La cucina tipica della Val di Zoldo è semplice, genuina, reale espressione delle abitudini della gente di montagna.

La morfologia del territorio e il clima hanno da sempre condizionato la varietà di prodotti offerti dall’agricoltura, orzo, patate, granoturco, fagioli, pochissime verdure, sostituite dalle erbe dei campi (ortiche, grisoi, gamaita) e qualche albero da frutto, quelli resistenti alle temperature rigide di montagna, meli e susini.

La POLENTA è il piatto tipico, un tempo piatto unico, dalla colazione alla minestra, oggi contorno di prelibati secondi di selvaggina. Molte abitazioni conservano ancora il “fogher”, focolare tipico, ove la polenta cucinata lentamente sulla fiamma nel paiolo, conserva un aroma particolare.

Per i vegetariani il FORMAI FRIT è il giusto abbinamento alla polenta, formaggio fresco e magro, tagliato a fette pressoché quadrate, cotto in padella quel che basta per essere croccante fuori e caldo dentro.

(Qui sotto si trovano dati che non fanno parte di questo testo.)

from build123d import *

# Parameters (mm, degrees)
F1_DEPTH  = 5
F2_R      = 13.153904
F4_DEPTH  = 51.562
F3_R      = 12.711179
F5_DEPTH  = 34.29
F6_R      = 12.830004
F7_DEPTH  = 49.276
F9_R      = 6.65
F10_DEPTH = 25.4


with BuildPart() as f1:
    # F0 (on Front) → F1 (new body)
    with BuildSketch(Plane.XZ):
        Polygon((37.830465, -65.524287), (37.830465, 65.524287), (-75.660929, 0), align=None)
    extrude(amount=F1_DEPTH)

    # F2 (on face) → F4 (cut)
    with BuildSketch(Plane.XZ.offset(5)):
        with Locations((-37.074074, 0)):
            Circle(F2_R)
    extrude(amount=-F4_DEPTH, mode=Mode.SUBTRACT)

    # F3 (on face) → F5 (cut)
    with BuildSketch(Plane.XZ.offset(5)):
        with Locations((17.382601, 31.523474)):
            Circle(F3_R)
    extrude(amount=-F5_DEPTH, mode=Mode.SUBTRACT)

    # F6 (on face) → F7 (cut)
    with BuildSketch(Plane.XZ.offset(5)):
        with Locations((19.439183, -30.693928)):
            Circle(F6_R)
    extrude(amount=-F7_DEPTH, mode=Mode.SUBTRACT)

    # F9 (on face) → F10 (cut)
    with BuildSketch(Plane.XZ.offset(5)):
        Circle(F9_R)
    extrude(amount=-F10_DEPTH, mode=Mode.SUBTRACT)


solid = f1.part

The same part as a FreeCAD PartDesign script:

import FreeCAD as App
import Part
import Sketcher
from FreeCAD import Vector
Q = App.Units.Quantity


def add_polygon(sketch, points):
    """Adds a closed chain of lines whose ends are joined by coincident constraints."""
    first, n = sketch.GeometryCount, len(points)
    for a, b in zip(points, points[1:] + points[:1]):
        sketch.addGeometry(Part.LineSegment(App.Vector(*a, 0), App.Vector(*b, 0)), False)
    for i in range(n):
        sketch.addConstraint(Sketcher.Constraint("Coincident", first + i, 2, first + (i + 1) % n, 1))

doc = App.newDocument("Part")
body = doc.addObject("PartDesign::Body", "Body")

sketch1 = body.newObject("Sketcher::SketchObject", "Sketch")
sketch1.AttachmentSupport = (doc.getObject("XZ_Plane"), [""])
sketch1.MapMode = "FlatFace"
add_polygon(sketch1, [(38, -66), (38, 66), (-76, 0)])
sketch1.addConstraint(Sketcher.Constraint("Vertical", 0))
sketch1.addConstraint(Sketcher.Constraint("PointOnObject", 1, 2, -1))
sketch1.addConstraint(Sketcher.Constraint("Equal", 1, 2))
sketch1.addConstraint(Sketcher.Constraint("Angle", 1, Q("-150 deg")))
sketch1.addConstraint(Sketcher.Constraint("DistanceY", 0, 1, 0, 2, Q("131.048574 mm")))
sketch1.addConstraint(Sketcher.Constraint("DistanceX", 1, 2, -1, 1, Q("75.660929 mm")))
pad1 = body.newObject("PartDesign::Pad", "Pad")
pad1.Profile = sketch1
pad1.Length = 5

sketch2 = body.newObject("Sketcher::SketchObject", "Sketch001")
sketch2.AttachmentSupport = (doc.getObject("XZ_Plane"), [""])
sketch2.MapMode = "FlatFace"
sketch2.AttachmentOffset = App.Placement(Vector(0, 0, 5), App.Rotation())
sketch2.addGeometry(Part.Circle(Vector(-37, 0, 0), Vector(0, 0, 1), 13), False)
sketch2.addConstraint(Sketcher.Constraint("PointOnObject", 0, 3, -1))
sketch2.addConstraint(Sketcher.Constraint("Diameter", 0, Q("26.307808 mm")))
sketch2.addConstraint(Sketcher.Constraint("DistanceX", 0, 3, -1, 1, Q("37.074074 mm")))
pocket1 = body.newObject("PartDesign::Pocket", "Pocket")
pocket1.Profile = sketch2
pocket1.Length = Q("2.03 in")

sketch3 = body.newObject("Sketcher::SketchObject", "Sketch002")
sketch3.AttachmentSupport = (doc.getObject("XZ_Plane"), [""])
sketch3.MapMode = "FlatFace"
sketch3.AttachmentOffset = App.Placement(Vector(0, 0, 5), App.Rotation())
sketch3.addGeometry(Part.Circle(Vector(17, 32, 0), Vector(0, 0, 1), 13), False)
sketch3.addConstraint(Sketcher.Constraint("Diameter", 0, Q("25.422358 mm")))
sketch3.addConstraint(Sketcher.Constraint("DistanceX", -1, 1, 0, 3, Q("17.382601 mm")))
sketch3.addConstraint(Sketcher.Constraint("DistanceY", -1, 1, 0, 3, Q("31.523474 mm")))
pocket2 = body.newObject("PartDesign::Pocket", "Pocket001")
pocket2.Profile = sketch3
pocket2.Length = Q("1.35 in")

sketch4 = body.newObject("Sketcher::SketchObject", "Sketch003")
sketch4.AttachmentSupport = (doc.getObject("XZ_Plane"), [""])
sketch4.MapMode = "FlatFace"
sketch4.AttachmentOffset = App.Placement(Vector(0, 0, 5), App.Rotation())
sketch4.addGeometry(Part.Circle(Vector(19, -31, 0), Vector(0, 0, 1), 13), False)
sketch4.addConstraint(Sketcher.Constraint("Diameter", 0, Q("25.660008 mm")))
sketch4.addConstraint(Sketcher.Constraint("DistanceX", -1, 1, 0, 3, Q("19.439183 mm")))
sketch4.addConstraint(Sketcher.Constraint("DistanceY", 0, 3, -1, 1, Q("30.693928 mm")))
pocket3 = body.newObject("PartDesign::Pocket", "Pocket002")
pocket3.Profile = sketch4
pocket3.Length = Q("1.94 in")

sketch5 = body.newObject("Sketcher::SketchObject", "Sketch004")
sketch5.AttachmentSupport = (doc.getObject("XZ_Plane"), [""])
sketch5.MapMode = "FlatFace"
sketch5.AttachmentOffset = App.Placement(Vector(0, 0, 5), App.Rotation())
sketch5.addGeometry(Part.Circle(Vector(0, 0, 0), Vector(0, 0, 1), 7), False)
sketch5.addConstraint(Sketcher.Constraint("Coincident", 0, 3, -1, 1))
sketch5.addConstraint(Sketcher.Constraint("Diameter", 0, Q("13.3 mm")))
pocket4 = body.newObject("PartDesign::Pocket", "Pocket003")
pocket4.Profile = sketch5
pocket4.Length = Q("1 in")

doc.recompute()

Il prodotto DOC della valle è il PASTIN, un impasto di carni macinate di maiale e manzo, macerate nel vino bianco e aromatizzate. Va preparato in piccole polpette e cotto a fuoco lento sulla brace; la cottura perfetta vuole la carne morbida all’interno e quindi non troppo cotta.

Il GELATO è per tradizione e storia d’emigrazione simbolo della Val di Zoldo. Certo è che il gelato non ha le sue origni tra le meravigliose montagne di questa valle, ma sicuramente parte della sua fama la deve alla bravura degli Zoldani che hanno esportato in tutto il mondo un gelato artigianale di indubbia bontà.

Per i golosi consigliamo infine le FORTAIE, dolce tipico di carnevale. Nell’olio bollente viene versata da uno speciale imbuto una pastella che prende così una singolare forma (per assaggiarne di veramente buone vi consigliamo la festa della Gnaga a Fornesighe, nel primo fine settimana di febbraio)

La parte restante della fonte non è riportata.